The same group has shown the possibility of using arylbenziodoxoles 2 as efficient precursors for the synthesis of fluorobenzoic acids 40 via nucleophilic fluorination using fluoride salts in polar aprotic solvents (Scheme 9b) [50]. In particular, 5-nitro-substituted benziodoxole 2c was found to be an excellent reagent for the radiofuorination leading to [¹⁸F]-fluorobenzoic acids in up to 39% of the radiochemical yield, with excellent radiochemical purity above 98%. This protocol under optimized reaction conditions (30 min at 150 °C in acetonitrile) was applied for the preparation of 2-[¹⁸F]-fluoro-5-nitrobenzoic acid 40c, which is a potentially important radioligand for positron emission tomography (PET) [51,52].

The first example of a Pd-free Sonogashira-like coupling reaction of acetylenes 41 with 1-phenylbenziodoxoles 2a in the synthesis of phthalides 42 and isocoumarins 43 under Cu^I catalysis in the absence of bases was reported (Scheme 10) [31]. High selectivity and yields were achieved under mild reaction conditions with good functional group tolerance.

In 2017, Waser and co-workers developed the method of synthesis of various 1-heteroarylbenziodoxoles 46 from acetoxybenziodoxole 44 and indoles or pyrroles 45 in one-step under mild Lewis acid catalyzed conditions (Scheme 11) [53]. Furthermore, they proposed the ortho C-H functionalization method of unactivated arenes 47 with the use of indole- and pyrrole-benziodoxoles 46 under either rhodium or ruthenium catalysis to afford a broad range of heterocyclic systems 48 of high interest for synthetic and medicinal chemistry [53].

3. Ethynylbenziodoxoles (EBXs)

3.1. Synthesis and Structure

Alkynylbenziodoxoles also named ethynylbenziodoxoles (EBXs) emerged as alkyne-transfer reagents at the beginning of the 21st century. Umpolung reactions with the use of hypervalent iodine reagents in particular EBXs have been developing because of the need for efficient and flexible methods of introduction of various functional groups in different sites of a molecule. Acetylenes have always been one of the most important and versatile functional groups in organic chemistry, as well as a tool and a structural element in material science and chemical biology [54]. EBX reagents can be effectively applied as electrophilic alkynylating reagents to various organic nucleophiles; moreover, their utilization is often preferable in contrast to classical methods [7,9,11,55,56,57,58,59,60].

The first example of EBX was prepared in 1991 by treating IBA 49 with 1-alkynyltrimethylsilane 50 in anhydrous dichloromethane at ambient temperature in the presence of BF₃∙Et₂O followed by heating in methanol at 60 °C. (Scheme 12a) [61]. The same group proved the structure of cyclohexyl-EBX 51a by X-ray diffraction analysis (Scheme 12a) [61]. X-ray structural data revealed a distorted T-shaped geometry expected for hypervalent iodine with an endocyclic C(sp²)-I-O angle of 75.28° and a C(sp²)-I-C(sp) angle of 90.9°. The lengths of the bonds to the iodine atom, I-C(sp²) (2.14 Å), I-O (2.34 Å), and I-C(sp) (2.03 Å), are within the range of typical single covalent bond lengths in noncyclic organic derivatives of polyvalent iodine. In the next decades, many X-ray structures of various aromatic and alkylic alkynylbenziodoxoles, as well as silyl alkynylbenziodoxoles, were obtained with almost the same bond lengths and angles at the iodine atom [62].

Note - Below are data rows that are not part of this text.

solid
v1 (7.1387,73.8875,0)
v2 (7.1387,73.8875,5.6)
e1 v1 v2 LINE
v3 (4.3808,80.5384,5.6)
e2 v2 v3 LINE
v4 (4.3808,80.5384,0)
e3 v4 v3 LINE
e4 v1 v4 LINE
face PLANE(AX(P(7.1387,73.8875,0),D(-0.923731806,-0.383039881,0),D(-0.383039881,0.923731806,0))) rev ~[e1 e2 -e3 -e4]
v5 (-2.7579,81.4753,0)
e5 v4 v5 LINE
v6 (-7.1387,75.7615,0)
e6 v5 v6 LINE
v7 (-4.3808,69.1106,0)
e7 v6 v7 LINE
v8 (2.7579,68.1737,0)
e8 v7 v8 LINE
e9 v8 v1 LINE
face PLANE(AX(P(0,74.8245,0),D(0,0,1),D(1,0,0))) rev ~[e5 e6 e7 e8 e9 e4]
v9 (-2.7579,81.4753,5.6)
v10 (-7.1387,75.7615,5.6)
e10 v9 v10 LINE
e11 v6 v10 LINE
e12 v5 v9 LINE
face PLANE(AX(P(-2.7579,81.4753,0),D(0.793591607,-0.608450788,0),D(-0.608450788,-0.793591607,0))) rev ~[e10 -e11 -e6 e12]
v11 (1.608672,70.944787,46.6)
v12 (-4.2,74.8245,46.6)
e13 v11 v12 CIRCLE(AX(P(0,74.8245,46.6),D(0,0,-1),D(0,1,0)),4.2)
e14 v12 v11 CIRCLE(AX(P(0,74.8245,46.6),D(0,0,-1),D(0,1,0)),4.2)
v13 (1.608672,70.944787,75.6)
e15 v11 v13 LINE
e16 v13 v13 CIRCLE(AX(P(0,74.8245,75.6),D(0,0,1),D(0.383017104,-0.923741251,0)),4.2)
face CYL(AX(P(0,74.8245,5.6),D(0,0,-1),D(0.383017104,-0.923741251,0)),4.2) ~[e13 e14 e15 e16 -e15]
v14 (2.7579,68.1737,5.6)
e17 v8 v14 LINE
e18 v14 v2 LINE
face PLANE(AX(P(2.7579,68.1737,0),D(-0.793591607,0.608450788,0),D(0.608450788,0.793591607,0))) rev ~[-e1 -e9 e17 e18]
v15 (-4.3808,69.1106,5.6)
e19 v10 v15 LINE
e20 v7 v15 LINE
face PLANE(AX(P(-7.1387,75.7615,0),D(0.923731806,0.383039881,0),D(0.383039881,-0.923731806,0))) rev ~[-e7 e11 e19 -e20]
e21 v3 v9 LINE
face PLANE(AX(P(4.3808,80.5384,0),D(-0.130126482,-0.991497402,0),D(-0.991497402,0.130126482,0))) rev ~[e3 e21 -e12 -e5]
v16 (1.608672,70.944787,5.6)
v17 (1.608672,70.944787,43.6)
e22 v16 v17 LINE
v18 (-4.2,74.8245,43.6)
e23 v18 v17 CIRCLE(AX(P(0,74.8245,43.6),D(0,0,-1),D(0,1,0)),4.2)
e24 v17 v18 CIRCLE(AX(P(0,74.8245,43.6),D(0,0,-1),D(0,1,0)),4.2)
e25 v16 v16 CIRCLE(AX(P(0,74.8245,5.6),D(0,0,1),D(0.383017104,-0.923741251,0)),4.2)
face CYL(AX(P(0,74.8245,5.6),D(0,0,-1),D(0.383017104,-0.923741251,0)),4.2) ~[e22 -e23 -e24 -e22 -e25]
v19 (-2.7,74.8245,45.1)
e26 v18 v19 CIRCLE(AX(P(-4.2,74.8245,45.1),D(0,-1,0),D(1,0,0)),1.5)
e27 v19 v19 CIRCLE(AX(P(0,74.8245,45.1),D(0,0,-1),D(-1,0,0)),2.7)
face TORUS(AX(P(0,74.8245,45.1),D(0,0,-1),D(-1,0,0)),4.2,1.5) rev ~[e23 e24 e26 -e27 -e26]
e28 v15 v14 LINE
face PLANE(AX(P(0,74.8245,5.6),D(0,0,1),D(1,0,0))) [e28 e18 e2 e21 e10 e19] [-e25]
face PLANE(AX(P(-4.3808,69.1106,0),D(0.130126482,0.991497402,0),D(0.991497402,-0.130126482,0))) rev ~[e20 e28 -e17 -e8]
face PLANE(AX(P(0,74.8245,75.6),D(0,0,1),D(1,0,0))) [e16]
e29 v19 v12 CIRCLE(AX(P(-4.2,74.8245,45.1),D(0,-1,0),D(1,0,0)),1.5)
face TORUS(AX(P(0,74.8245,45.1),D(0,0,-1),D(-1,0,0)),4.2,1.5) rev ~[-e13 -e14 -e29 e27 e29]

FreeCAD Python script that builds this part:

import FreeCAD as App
import Part
import Sketcher

V = App.Vector

doc = App.newDocument("Part")
body = doc.addObject("PartDesign::Body", "Body")

sketch1 = body.newObject("Sketcher::SketchObject", "Sketch")
sketch1.AttachmentSupport = (doc.getObject("XY_Plane"), [""])
sketch1.MapMode = "FlatFace"
sketch1.addGeometry(Part.LineSegment(V(4, 81, 0), V(-3, 81, 0)), False)
sketch1.addGeometry(Part.LineSegment(V(-3, 81, 0), V(-7, 76, 0)), False)
sketch1.addGeometry(Part.LineSegment(V(-7, 76, 0), V(-4, 69, 0)), False)
sketch1.addGeometry(Part.LineSegment(V(-4, 69, 0), V(3, 68, 0)), False)
sketch1.addGeometry(Part.LineSegment(V(3, 68, 0), V(7, 74, 0)), False)
sketch1.addGeometry(Part.LineSegment(V(7, 74, 0), V(4, 81, 0)), False)
sketch1.addConstraint(Sketcher.Constraint("Coincident", 0, 2, 1, 1))
sketch1.addConstraint(Sketcher.Constraint("Coincident", 1, 2, 2, 1))
sketch1.addConstraint(Sketcher.Constraint("Coincident", 2, 2, 3, 1))
sketch1.addConstraint(Sketcher.Constraint("Coincident", 3, 2, 4, 1))
sketch1.addConstraint(Sketcher.Constraint("Coincident", 4, 2, 5, 1))
sketch1.addConstraint(Sketcher.Constraint("Coincident", 5, 2, 0, 1))
sketch1.addConstraint(Sketcher.Constraint("Parallel", 0, 3))
sketch1.addConstraint(Sketcher.Constraint("Parallel", 1, 4))
sketch1.addConstraint(Sketcher.Constraint("Parallel", 2, 5))
sketch1.addConstraint(Sketcher.Constraint("Equal", 0, 1))
sketch1.addConstraint(Sketcher.Constraint("Equal", 1, 2))
sketch1.addConstraint(Sketcher.Constraint("Equal", 2, 3))
sketch1.addConstraint(Sketcher.Constraint("Distance", 0, 7.2))
sketch1.addConstraint(Sketcher.Constraint("DistanceX", 0, 2, -1, 1, 2.758))
sketch1.addConstraint(Sketcher.Constraint("DistanceX", -1, 1, 3, 2, 2.758))
sketch1.addConstraint(Sketcher.Constraint("DistanceX", 1, 2, 2, 2, 2.758))
sketch1.addConstraint(Sketcher.Constraint("DistanceX", 2, 2, 0, 2, 1.623))
sketch1.addConstraint(Sketcher.Constraint("DistanceY", -1, 1, 0, 2, 81.4753))
pad1 = body.newObject("PartDesign::Pad", "Pad")
pad1.Profile = sketch1
pad1.Length = 5.6

sketch2 = body.newObject("Sketcher::SketchObject", "Sketch001")
sketch2.AttachmentSupport = (doc.getObject("XY_Plane"), [""])
sketch2.MapMode = "FlatFace"
sketch2.AttachmentOffset = App.Placement(V(0, 0, 5.6), App.Rotation())
sketch2.addGeometry(Part.Circle(V(0, 74.8, 0), V(0, 0, 1), 4.2), False)
sketch2.addConstraint(Sketcher.Constraint("PointOnObject", 0, 3, -2))
sketch2.addConstraint(Sketcher.Constraint("Diameter", 0, 8.4))
sketch2.addConstraint(Sketcher.Constraint("DistanceY", -1, 1, 0, 3, 74.8245))
pad2 = body.newObject("PartDesign::Pad", "Pad001")
pad2.Profile = sketch2
pad2.Length = 70

sketch3 = body.newObject("Sketcher::SketchObject", "Sketch002")
sketch3.AttachmentSupport = (doc.getObject("XZ_Plane"), [""])
sketch3.MapMode = "FlatFace"
sketch3.AttachmentOffset = App.Placement(V(0, 0, -74.8245), App.Rotation())
sketch3.addGeometry(Part.Circle(V(-4.2, 45.1, 0), V(0, 0, 1), 1.5), False)
sketch3.addConstraint(Sketcher.Constraint("Diameter", 0, 3.0))
sketch3.addConstraint(Sketcher.Constraint("DistanceX", 0, 3, -1, 1, 4.2))
sketch3.addConstraint(Sketcher.Constraint("DistanceY", -1, 1, 0, 3, 45.1))
groove = body.newObject("PartDesign::Groove", "Groove")
groove.Profile = sketch3
groove.ReferenceAxis = (sketch3, ["V_Axis"])
groove.Angle = 360

doc.recompute()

An improved procedure for the preparation of various alkynylbenziodoxoles 51 and 54 in high yields involves the reaction of triflates 52 or 5 with alkynyltrimethylsilanes 53 (Scheme 12b) [63].

In 2000, compound 51b was obtained by treating 2-iodosylbenzoic acid 49 with alkynylboronate 55 (Scheme 12c); however, with a lower yield [64]. The low yield in this reaction can be explained by the low solubility of benziodoxole 49 in organic solvents and its acidic properties (pKa 7.25). The relatively high acidity of benziodoxole 49 can lead to the decomposition of the alkynylboronates 55 under the reaction conditions. The replacement of starting compound 49 with acetoxybenzoiodoxole 44 improved the yield of EBXs 51, as well as shortened the reaction time from 20 to 6 h (Scheme 12c) [64].

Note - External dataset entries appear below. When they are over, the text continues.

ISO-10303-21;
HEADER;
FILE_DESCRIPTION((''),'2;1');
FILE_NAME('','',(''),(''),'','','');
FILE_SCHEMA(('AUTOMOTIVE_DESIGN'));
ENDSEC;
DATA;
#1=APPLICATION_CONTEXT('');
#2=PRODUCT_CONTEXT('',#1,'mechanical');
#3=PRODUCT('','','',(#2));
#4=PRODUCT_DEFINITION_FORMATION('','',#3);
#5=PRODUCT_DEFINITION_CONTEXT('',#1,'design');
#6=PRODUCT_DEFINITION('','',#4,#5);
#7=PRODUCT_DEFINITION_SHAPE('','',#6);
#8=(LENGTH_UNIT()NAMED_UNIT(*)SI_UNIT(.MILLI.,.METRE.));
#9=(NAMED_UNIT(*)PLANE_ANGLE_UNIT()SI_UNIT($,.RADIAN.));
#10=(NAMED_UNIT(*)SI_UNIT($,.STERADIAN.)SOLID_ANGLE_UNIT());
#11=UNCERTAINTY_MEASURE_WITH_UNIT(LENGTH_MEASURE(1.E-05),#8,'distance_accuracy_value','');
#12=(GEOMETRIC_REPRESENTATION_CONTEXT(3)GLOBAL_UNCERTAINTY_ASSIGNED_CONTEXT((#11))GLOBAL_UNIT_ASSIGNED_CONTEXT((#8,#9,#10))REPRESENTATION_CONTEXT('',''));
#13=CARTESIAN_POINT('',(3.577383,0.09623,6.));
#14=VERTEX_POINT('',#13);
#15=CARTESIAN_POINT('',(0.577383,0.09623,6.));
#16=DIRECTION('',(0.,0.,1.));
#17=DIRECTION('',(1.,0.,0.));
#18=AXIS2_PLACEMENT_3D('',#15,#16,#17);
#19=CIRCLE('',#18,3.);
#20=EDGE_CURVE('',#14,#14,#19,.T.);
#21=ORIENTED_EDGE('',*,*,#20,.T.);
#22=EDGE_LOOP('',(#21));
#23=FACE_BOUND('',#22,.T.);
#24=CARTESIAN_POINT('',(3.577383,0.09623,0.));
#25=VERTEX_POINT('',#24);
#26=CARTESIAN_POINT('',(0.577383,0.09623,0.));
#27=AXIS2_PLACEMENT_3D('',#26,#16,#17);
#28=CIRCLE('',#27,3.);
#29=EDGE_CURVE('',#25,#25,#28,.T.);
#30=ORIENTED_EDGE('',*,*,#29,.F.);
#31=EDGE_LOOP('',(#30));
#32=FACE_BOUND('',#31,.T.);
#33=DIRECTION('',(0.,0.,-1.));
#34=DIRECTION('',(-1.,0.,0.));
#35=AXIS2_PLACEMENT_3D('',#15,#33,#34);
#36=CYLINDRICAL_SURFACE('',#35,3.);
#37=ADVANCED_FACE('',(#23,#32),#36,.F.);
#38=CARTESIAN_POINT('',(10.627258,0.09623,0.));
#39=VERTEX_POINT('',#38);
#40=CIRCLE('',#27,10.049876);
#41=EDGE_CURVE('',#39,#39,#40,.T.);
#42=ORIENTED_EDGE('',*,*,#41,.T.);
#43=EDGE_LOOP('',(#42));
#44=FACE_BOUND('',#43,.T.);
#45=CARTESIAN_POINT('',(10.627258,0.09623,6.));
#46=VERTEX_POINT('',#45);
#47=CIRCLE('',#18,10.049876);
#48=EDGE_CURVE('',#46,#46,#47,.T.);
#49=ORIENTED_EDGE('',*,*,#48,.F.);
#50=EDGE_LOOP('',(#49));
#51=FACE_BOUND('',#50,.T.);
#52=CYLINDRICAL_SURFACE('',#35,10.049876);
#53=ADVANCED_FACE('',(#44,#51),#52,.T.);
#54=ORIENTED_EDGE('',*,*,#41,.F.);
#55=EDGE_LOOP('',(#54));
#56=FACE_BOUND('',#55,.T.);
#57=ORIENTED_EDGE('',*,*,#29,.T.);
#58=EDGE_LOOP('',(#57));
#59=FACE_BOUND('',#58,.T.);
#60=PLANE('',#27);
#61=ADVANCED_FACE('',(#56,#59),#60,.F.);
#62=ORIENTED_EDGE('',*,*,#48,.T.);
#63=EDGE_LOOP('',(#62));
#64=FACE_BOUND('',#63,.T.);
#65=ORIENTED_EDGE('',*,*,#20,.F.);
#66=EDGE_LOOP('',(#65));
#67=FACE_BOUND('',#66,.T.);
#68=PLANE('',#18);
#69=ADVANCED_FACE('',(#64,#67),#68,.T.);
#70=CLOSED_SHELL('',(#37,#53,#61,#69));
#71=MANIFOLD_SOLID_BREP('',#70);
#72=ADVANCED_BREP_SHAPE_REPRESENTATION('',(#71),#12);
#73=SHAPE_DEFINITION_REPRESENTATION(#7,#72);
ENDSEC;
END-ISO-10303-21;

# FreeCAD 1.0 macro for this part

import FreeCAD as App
import Part
import Sketcher
Q = App.Units.Quantity

doc = App.newDocument("Part")
body = doc.addObject("PartDesign::Body", "Body")

sketch1 = body.newObject("Sketcher::SketchObject", "Sketch")
sketch1.AttachmentSupport = (doc.getObject("XY_Plane"), [""])
sketch1.MapMode = "FlatFace"
sketch1.addGeometry(Part.Circle(App.Vector(0.577383, 0.09623, 0), App.Vector(0, 0, 1), 10.049876), False)
sketch1.addGeometry(Part.Circle(App.Vector(0.577383, 0.09623, 0), App.Vector(0, 0, 1), 3), False)
sketch1.addConstraint(Sketcher.Constraint("Coincident", 1, 3, 0, 3))
sketch1.addConstraint(Sketcher.Constraint("Diameter", 1, Q("6 mm")))
sketch1.addConstraint(Sketcher.Constraint("Diameter", 0, Q("20.099751 mm")))
sketch1.addConstraint(Sketcher.Constraint("DistanceY", -1, 1, 0, 3, Q("0.09623 mm")))
sketch1.addConstraint(Sketcher.Constraint("DistanceX", -1, 1, 0, 3, Q("0.577383 mm")))
pad1 = body.newObject("PartDesign::Pad", "Pad")
pad1.Profile = sketch1
pad1.Length = 6

doc.recompute()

In 2010, Brand and Waser slightly modified the method [62] by using bis-silylated alkynes in combination with TMSOTf [65]. Synthesized TIPS-EBX has been employed for the alkynylation of thiophenes, which process is considered in Section 3.2.1. This method [66] was used in the synthesis of various alkynylbenziodoxoles with minor changes in many others studies [62,66,67,68,69,70,71,72,73,74,75,76,77,78,79].

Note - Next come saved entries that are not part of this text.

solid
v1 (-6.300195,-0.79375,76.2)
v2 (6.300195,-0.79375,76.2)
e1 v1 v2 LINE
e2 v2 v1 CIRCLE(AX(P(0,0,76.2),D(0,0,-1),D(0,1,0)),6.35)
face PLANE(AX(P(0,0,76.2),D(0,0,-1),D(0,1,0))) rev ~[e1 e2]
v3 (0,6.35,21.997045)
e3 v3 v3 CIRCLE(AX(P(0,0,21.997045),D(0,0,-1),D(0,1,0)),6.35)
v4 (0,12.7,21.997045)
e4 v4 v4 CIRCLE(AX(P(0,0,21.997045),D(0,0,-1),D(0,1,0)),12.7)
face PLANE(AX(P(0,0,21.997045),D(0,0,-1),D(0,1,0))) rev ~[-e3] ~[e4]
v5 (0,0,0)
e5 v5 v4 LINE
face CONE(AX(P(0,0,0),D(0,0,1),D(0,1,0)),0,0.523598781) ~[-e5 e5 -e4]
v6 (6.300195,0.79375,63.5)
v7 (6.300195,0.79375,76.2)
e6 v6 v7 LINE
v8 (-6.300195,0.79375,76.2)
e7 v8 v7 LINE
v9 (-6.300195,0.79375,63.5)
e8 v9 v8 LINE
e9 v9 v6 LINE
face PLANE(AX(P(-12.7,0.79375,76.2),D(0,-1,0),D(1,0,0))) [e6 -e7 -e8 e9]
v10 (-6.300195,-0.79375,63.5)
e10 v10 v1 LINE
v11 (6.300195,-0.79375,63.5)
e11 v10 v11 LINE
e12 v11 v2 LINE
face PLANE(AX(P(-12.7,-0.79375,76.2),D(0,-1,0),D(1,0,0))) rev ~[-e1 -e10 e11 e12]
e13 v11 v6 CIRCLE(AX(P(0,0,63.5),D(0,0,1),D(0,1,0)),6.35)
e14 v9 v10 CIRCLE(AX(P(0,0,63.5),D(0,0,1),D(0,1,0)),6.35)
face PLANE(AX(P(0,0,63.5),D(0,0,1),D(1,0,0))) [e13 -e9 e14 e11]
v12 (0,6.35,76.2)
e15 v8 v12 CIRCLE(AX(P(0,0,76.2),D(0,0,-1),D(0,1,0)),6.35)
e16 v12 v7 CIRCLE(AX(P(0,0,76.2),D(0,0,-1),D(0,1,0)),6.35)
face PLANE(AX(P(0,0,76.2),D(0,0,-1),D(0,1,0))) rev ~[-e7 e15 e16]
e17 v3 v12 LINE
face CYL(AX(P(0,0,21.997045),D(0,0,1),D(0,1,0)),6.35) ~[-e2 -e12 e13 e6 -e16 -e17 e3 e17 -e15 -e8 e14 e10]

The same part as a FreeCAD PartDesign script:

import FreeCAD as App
import Part
import Sketcher

V = App.Vector
Q = App.Units.Quantity


def add_polygon(sketch, points):
    """Adds a closed chain of lines whose ends are joined by coincident constraints."""
    first, n = sketch.GeometryCount, len(points)
    for a, b in zip(points, points[1:] + points[:1]):
        sketch.addGeometry(Part.LineSegment(App.Vector(*a, 0), App.Vector(*b, 0)), False)
    for i in range(n):
        sketch.addConstraint(Sketcher.Constraint("Coincident", first + i, 2, first + (i + 1) % n, 1))

doc = App.newDocument("Part")
params = doc.addObject("Spreadsheet::Sheet", "Params")
for row, (alias, value) in enumerate([
    ("sketch1_height", "3 in"),
    ("sketch1_length", "1 in"),
    ("revolution_angle", "360 deg"),
    ("sketch2_width", "1 in"),
    ("sketch2_height", "0.0625 in"),
    ("pocket1_length", "0.5 in"),
], start=1):
    params.set(f"A{row}", alias)
    params.set(f"B{row}", "=" + value)
    params.setAlias(f"B{row}", alias)

body = doc.addObject("PartDesign::Body", "Body")

sketch1 = body.newObject("Sketcher::SketchObject", "Sketch")
sketch1.AttachmentSupport = (doc.getObject("YZ_Plane"), [""])
sketch1.MapMode = "FlatFace"
add_polygon(sketch1, [(6, 76), (0, 76), (0, 0), (13, 22), (6, 22)])
sketch1.addConstraint(Sketcher.Constraint("Horizontal", 0))
sketch1.addConstraint(Sketcher.Constraint("Vertical", 1))
sketch1.addConstraint(Sketcher.Constraint("Horizontal", 3))
sketch1.addConstraint(Sketcher.Constraint("Vertical", 4))
sketch1.addConstraint(Sketcher.Constraint("Coincident", 1, 2, -1, 1))
sketch1.addConstraint(Sketcher.Constraint("Equal", 0, 3))
sketch1.addConstraint(Sketcher.Constraint("DistanceY", 1, 2, 1, 1, Q("3 in")))
sketch1.addConstraint(Sketcher.Constraint("Distance", 2, Q("1 in")))
sketch1.addConstraint(Sketcher.Constraint("Angle", 2, Q("60 deg")))
sketch1.setExpression("Constraints[11]", "Params.sketch1_height")
sketch1.setExpression("Constraints[12]", "Params.sketch1_length")
revolution = body.newObject("PartDesign::Revolution", "Revolution")
revolution.Profile = sketch1
revolution.ReferenceAxis = (sketch1, ["V_Axis"])
revolution.setExpression("Angle", "Params.revolution_angle")

sketch2 = body.newObject("Sketcher::SketchObject", "Sketch001")
sketch2.AttachmentSupport = (doc.getObject("XY_Plane"), [""])
sketch2.MapMode = "FlatFace"
sketch2.AttachmentOffset = App.Placement(V(0, 0, 3 * 25.4), App.Rotation())
add_polygon(sketch2, [(-12.7, 0.8), (-12.7, -0.8), (12.7, -0.8), (12.7, 0.8)])
sketch2.addConstraint(Sketcher.Constraint("Vertical", 0))
sketch2.addConstraint(Sketcher.Constraint("Horizontal", 1))
sketch2.addConstraint(Sketcher.Constraint("Vertical", 2))
sketch2.addConstraint(Sketcher.Constraint("Horizontal", 3))
sketch2.addConstraint(Sketcher.Constraint("Symmetric", 0, 2, 2, 2, -1, 1))
sketch2.addConstraint(Sketcher.Constraint("DistanceX", 1, 1, 1, 2, Q("1 in")))
sketch2.addConstraint(Sketcher.Constraint("DistanceY", 0, 2, 0, 1, Q("0.0625 in")))
sketch2.setExpression("Constraints[9]", "Params.sketch2_width")
sketch2.setExpression("Constraints[10]", "Params.sketch2_height")
pocket1 = body.newObject("PartDesign::Pocket", "Pocket")
pocket1.Profile = sketch2
pocket1.setExpression("Length", "Params.pocket1_length")

doc.recompute()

Later, Olofsson and co-workers proposed a one-pot method for the synthesis of alkynylbenziodoxoles 51 from 2-iodobenzoic 1a acid using mCPBA and pTsOH for hypervalent iodine species formation, followed by the addition of alkynylboronates 55 at ambient temperature to afford alkynyliodonium tosylate A (Scheme 13a) [80]. However, this method requires isolation and purification of the reagent for each modification. This method was modified in 2019 by replacing the boronic ethers with trimethylsilyltriisopropylsilyl acetylene; however, the yields have slightly decreased [81]. Authors mention that TIPS-EBX obtained by using the latter protocol is not shock-sensitive and has the same thermal stability as when accessed using previous methods, but tosylate impurities have to be carefully removed, as they lead to lower decomposition temperatures.

Very recently, Waser et al. utilized tosylate 56 and alkynyltrifluoroborates 57 for rapid and highly effective formation of EBX reagents 51 without the use of any additives (Scheme 13b) [82]. The EBXs 51 obtained in this way did not require the use of column chromatography for purification.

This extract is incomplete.